Bir işletmenin değerini ve finansal istikrarı değerlendirmek için yatırımcılar tarafından kullanılan birincil değerleme ölçütlerinden biri hisse başına kazançtır (EPS). EPS, bir şirketin net gelirinin, kalan hisse senetlerinin sayısına bölünmesini yansıtır. EPS, elbette, büyük ölçüde bir şirketin kazançlarına bağlıdır. EPS hesaplaması için, faiz ve vergilerden önceki kazançlar (FVÖK) kullanılır, çünkü bu, işletmeyi sürdürmek için gereken giderlerin muhasebeleştirilmesinden sonra kalan kâr miktarını yansıtır. FVÖK genellikle işletme geliri olarak da adlandırılır.
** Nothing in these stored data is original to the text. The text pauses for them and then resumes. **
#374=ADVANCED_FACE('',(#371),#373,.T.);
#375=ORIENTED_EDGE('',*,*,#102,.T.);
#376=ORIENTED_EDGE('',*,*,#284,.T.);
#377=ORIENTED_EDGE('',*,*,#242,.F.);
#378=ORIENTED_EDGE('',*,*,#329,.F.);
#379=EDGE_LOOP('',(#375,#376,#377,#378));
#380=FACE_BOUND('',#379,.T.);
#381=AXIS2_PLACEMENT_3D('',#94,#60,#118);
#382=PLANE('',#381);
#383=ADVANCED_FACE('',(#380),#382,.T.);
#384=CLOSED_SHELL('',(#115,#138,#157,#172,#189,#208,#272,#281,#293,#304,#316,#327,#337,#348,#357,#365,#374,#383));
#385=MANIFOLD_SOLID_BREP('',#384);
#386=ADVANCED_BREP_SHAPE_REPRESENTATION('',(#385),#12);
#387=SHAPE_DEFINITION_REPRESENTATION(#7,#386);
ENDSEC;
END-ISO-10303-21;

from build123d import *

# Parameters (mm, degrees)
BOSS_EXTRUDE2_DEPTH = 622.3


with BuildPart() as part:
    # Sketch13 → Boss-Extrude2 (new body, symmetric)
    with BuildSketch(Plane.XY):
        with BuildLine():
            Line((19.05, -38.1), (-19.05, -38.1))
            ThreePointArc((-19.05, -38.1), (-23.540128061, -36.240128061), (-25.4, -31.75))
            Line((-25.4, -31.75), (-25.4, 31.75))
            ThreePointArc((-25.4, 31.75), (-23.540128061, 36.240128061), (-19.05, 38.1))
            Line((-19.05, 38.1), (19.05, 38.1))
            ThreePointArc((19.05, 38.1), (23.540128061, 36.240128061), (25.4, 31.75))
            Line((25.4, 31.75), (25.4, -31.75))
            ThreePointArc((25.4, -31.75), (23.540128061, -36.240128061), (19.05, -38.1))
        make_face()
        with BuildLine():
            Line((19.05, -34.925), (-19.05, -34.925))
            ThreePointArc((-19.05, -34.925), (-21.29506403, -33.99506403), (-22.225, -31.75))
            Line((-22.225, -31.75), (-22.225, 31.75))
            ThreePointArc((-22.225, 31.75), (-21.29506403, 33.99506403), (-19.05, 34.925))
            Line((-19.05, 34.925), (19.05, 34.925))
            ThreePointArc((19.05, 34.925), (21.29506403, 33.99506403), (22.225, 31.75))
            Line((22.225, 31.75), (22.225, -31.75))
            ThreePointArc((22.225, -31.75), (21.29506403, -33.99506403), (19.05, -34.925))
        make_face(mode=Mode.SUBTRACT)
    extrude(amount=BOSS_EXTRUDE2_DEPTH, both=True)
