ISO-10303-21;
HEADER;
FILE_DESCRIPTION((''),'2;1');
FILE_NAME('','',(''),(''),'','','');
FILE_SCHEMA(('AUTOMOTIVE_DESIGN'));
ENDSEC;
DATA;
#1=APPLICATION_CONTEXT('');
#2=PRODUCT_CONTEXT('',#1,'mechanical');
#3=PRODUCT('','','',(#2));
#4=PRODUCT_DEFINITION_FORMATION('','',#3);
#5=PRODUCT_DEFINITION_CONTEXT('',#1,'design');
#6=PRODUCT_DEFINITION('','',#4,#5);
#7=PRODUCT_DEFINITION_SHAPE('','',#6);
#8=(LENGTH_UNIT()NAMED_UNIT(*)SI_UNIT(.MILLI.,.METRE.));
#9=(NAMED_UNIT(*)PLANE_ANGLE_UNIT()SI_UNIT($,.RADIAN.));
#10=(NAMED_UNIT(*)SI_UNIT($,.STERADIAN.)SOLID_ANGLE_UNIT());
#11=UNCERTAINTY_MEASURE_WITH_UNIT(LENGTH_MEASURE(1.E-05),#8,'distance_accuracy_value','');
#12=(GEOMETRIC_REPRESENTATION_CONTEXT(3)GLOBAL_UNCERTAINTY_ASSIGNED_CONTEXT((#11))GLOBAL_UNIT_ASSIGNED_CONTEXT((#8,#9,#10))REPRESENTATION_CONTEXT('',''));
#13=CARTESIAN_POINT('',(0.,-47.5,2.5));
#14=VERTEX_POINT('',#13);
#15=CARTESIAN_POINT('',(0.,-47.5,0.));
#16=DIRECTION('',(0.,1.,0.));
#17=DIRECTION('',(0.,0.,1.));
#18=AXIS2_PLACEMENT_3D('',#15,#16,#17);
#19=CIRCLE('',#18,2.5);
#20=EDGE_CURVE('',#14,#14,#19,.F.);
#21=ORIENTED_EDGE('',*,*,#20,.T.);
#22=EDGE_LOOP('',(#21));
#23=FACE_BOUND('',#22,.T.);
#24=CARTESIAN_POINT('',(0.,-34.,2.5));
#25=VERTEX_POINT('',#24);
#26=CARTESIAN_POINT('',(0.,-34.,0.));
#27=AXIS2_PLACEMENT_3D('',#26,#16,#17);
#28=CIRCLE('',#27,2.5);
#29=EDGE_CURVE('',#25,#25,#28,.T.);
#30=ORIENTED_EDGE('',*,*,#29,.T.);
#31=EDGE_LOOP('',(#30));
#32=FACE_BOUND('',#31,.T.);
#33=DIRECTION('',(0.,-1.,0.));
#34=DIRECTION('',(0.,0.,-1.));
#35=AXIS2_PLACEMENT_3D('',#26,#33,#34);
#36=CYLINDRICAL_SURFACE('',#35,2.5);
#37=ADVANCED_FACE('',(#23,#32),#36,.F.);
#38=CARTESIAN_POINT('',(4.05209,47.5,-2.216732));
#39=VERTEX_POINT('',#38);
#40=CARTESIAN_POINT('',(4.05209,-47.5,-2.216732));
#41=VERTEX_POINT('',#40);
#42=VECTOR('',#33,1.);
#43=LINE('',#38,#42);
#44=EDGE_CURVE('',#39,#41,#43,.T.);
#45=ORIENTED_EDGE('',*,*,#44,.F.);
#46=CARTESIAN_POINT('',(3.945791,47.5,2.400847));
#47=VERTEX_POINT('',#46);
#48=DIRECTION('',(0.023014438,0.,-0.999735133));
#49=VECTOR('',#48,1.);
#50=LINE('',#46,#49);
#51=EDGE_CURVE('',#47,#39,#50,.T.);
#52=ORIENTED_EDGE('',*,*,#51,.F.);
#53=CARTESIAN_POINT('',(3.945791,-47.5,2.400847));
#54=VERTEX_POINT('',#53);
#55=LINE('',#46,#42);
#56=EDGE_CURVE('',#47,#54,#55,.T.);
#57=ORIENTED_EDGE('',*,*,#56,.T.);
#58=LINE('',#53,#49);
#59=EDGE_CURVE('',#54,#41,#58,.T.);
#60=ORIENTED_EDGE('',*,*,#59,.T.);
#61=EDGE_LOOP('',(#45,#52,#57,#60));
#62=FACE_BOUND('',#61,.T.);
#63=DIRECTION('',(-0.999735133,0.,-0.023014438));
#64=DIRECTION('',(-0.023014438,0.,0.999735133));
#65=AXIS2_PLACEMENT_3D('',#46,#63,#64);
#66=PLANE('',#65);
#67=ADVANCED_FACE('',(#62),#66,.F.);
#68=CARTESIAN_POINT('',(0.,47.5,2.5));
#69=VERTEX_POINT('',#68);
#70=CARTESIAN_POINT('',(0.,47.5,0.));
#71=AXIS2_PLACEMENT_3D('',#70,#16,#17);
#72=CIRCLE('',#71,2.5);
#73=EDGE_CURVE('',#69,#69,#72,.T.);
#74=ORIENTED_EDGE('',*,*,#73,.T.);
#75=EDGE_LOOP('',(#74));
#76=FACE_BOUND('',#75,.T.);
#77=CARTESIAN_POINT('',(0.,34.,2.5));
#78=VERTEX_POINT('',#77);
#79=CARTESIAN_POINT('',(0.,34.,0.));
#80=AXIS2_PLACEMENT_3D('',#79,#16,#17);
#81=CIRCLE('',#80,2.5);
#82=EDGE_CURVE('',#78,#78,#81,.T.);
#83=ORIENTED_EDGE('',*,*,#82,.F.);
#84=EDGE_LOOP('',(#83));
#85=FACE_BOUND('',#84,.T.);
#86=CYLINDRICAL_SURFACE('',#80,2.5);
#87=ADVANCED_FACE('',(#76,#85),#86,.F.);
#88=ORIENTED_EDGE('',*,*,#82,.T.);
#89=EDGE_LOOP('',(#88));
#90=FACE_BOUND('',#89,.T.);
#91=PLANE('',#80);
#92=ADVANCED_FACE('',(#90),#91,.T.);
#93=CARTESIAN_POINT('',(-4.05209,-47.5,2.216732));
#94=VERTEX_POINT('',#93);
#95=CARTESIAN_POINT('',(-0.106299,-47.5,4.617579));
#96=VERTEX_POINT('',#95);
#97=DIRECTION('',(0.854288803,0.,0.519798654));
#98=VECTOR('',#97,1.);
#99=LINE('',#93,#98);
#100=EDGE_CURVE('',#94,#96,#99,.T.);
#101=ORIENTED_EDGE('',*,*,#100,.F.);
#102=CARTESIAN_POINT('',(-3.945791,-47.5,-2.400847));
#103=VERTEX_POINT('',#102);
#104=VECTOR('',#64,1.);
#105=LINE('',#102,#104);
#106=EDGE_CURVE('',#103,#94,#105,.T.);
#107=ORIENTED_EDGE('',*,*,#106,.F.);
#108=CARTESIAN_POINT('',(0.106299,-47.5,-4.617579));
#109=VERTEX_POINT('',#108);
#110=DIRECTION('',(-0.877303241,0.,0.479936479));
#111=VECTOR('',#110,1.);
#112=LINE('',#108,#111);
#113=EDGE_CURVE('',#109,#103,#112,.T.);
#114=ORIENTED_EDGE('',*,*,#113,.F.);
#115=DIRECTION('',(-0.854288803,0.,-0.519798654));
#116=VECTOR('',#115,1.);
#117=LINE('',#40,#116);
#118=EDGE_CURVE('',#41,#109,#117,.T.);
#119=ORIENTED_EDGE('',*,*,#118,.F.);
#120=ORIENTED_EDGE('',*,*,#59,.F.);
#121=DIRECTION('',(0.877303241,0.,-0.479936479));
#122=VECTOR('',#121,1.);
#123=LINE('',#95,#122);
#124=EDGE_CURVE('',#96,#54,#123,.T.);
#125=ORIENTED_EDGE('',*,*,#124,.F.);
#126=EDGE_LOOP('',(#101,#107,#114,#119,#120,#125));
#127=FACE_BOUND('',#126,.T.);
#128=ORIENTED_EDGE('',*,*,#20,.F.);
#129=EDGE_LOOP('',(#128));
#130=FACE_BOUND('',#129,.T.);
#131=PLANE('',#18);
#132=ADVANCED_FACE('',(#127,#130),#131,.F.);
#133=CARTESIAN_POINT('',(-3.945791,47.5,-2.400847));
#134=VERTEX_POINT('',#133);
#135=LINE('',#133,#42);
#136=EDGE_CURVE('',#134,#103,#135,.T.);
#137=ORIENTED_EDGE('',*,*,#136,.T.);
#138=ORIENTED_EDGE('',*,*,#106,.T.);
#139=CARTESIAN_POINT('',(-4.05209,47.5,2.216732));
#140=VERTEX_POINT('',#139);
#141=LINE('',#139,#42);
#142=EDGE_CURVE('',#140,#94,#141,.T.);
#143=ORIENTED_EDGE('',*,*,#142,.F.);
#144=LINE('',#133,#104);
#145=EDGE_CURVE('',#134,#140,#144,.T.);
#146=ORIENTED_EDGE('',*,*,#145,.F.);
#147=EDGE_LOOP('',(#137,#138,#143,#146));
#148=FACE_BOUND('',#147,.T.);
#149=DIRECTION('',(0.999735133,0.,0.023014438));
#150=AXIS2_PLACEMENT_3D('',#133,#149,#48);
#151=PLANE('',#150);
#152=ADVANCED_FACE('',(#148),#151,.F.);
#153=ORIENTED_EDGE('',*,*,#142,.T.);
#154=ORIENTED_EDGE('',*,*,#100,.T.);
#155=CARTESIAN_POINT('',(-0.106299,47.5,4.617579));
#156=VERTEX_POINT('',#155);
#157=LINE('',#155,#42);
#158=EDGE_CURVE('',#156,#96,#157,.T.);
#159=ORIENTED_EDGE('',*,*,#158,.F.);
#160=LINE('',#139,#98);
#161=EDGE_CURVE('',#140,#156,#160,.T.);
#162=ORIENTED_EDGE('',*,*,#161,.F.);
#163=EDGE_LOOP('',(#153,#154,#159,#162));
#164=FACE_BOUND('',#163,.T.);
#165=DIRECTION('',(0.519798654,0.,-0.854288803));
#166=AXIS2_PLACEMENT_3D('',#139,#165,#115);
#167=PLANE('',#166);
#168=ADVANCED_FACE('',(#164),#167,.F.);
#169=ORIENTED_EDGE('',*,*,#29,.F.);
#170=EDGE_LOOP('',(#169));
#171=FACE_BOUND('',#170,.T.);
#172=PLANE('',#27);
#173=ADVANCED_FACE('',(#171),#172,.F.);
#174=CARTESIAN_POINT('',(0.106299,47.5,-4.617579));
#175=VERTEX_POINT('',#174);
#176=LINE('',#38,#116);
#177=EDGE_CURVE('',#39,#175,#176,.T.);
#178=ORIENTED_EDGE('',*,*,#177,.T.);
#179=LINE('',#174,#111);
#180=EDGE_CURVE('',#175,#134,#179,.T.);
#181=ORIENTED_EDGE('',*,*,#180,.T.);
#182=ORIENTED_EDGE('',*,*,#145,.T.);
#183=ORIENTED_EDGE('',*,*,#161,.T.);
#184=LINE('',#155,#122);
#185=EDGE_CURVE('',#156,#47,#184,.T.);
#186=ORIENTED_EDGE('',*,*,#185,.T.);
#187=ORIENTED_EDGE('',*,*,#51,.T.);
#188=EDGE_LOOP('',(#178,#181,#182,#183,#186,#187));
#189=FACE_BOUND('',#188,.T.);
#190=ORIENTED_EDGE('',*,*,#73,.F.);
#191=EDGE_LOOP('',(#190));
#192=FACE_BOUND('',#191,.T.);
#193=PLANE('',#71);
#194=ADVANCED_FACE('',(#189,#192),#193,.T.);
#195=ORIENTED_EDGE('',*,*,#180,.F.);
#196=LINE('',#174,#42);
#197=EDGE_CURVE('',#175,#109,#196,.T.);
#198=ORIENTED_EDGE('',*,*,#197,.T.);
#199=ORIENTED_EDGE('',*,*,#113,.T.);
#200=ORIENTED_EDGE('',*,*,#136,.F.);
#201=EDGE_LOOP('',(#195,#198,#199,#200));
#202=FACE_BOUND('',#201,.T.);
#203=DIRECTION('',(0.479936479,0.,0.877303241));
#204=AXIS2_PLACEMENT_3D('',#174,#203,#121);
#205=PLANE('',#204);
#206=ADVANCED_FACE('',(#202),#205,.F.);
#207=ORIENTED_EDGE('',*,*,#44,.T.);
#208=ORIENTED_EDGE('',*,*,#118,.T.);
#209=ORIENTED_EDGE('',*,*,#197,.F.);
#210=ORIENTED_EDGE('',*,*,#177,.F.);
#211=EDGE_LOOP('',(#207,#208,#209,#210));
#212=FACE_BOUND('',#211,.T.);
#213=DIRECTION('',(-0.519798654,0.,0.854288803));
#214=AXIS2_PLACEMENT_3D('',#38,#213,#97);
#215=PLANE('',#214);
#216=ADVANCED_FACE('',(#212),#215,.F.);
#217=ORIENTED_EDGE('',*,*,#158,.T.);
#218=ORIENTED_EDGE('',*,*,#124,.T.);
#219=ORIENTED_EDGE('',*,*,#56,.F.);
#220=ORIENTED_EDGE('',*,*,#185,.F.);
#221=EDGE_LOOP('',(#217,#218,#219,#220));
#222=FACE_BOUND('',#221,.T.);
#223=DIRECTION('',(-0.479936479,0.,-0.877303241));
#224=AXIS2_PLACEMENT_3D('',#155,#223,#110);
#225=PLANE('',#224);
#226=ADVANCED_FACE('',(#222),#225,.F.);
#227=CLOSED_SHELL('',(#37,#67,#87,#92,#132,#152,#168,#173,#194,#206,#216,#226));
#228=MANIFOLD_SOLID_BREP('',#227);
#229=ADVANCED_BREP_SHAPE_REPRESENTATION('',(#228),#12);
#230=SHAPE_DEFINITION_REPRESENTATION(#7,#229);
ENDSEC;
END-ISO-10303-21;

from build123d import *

# Parameters (mm, degrees)
BOSS_EXTRUDE1_DEPTH = 47.5
CUT_EXTRUDE1_START  = 48
SKETCH1_3_R         = 2.5
CUT_EXTRUDE1_DEPTH  = 14
CUT_EXTRUDE2_START  = -34
SKETCH1_4_R         = 2.5
CUT_EXTRUDE2_DEPTH  = 14


with BuildPart() as part:
    # Sketch1 → Boss-Extrude1 (new, symmetric)
    with BuildSketch(Plane(origin=(0, 0, 0), x_dir=(1, 0, 0), z_dir=(0, 1, 0))):
        Polygon((4.052090098, 2.216731642), (0.106299134, 4.617578784), (-3.945790964, 2.400847142), (-4.052090098, -2.216731642), (-0.106299134, -4.617578784), (3.945790964, -2.400847142), align=None)
    extrude(amount=BOSS_EXTRUDE1_DEPTH, both=True)

    # Sketch1<3> → Cut-Extrude1 (cut)
    with BuildSketch(Plane(origin=(0, 0, 0), x_dir=(1, 0, 0), z_dir=(0, 1, 0)).offset(CUT_EXTRUDE1_START)):
        with Locations(Location((0, 0, 0), (0, 0, 270))):
            Circle(SKETCH1_3_R)
    extrude(amount=-CUT_EXTRUDE1_DEPTH, mode=Mode.SUBTRACT)

    # Sketch1<4> → Cut-Extrude2 (cut)
    with BuildSketch(Plane(origin=(0, 0, 0), x_dir=(1, 0, 0), z_dir=(0, 1, 0)).offset(CUT_EXTRUDE2_START)):
        with Locations(Location((0, 0, 0), (0, 0, 270))):
            Circle(SKETCH1_4_R)
    extrude(amount=-CUT_EXTRUDE2_DEPTH, mode=Mode.SUBTRACT)


solid = part.part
EBIT ve EPS arasındaki ilişki aşağıdaki gibidir:
EPS = (EBIT - Borç Faizi) x (1 - Vergi Oranı) - İmtiyazlı Hisse Senedi Temettüleri Out Ödenmemiş Adi Hisse Senedi Sayısı
Varlık finansmanına karşı kaldıraç etkisinin göreli etkinliğini değerlendirirken, şirketler, EBIT-EPS başabaş noktası olarak adlandırılan EPS'nin etkilenmediği EBIT seviyesini arar. Bu hesaplama, farklı finansman planları altında sabit bir EPS'yi korumak için ne kadar ek gelir elde edilmesi gerektiğini belirler.
EBIT-EPS başabaş noktasını hesaplamak için EPS formülünü yeniden düzenleyin:
FVÖK = (EPS x Ödenmemiş Adi Hisse Senedi Sayısı) + İmtiyazlı Hisse Senedi Temettü ÷ (1 - Vergi Oranı) + Borç Faizi
Örneğin, bir şirketin 150.000 $ kazanç sağladığını ve tamamen 10.000 adi hisse senedi şeklinde özkaynaklarla finanse edildiğini varsayalım. Kurumlar vergisi oranı% 30'dur. Şirketin EPS'si (150, 0000 - 0) x (1 - 0, 3) + 0 / 10, 000 veya 10, 50 ABD dolarıdır. Şimdi şirketin% 5 faiz oranıyla 10.000 $ kredi aldığını ve ilave 10.000 hisse sattığını varsayın. EPS'nin sabit kaldığı EBIT seviyesini hesaplamak için, borç faizi, güncel EPS ve güncellenmiş hisse senetlerinin ödenmemiş değerlerini girin ve EBIT için çözün: (10.50 x 20.000 $) + 0 ÷ (1 - 0.3) + 500 $ = 300.500 $.
Bu finansman planına göre, şirket istikrarlı bir EPS'yi korumak için kazancını iki katından fazla artırmalıdır.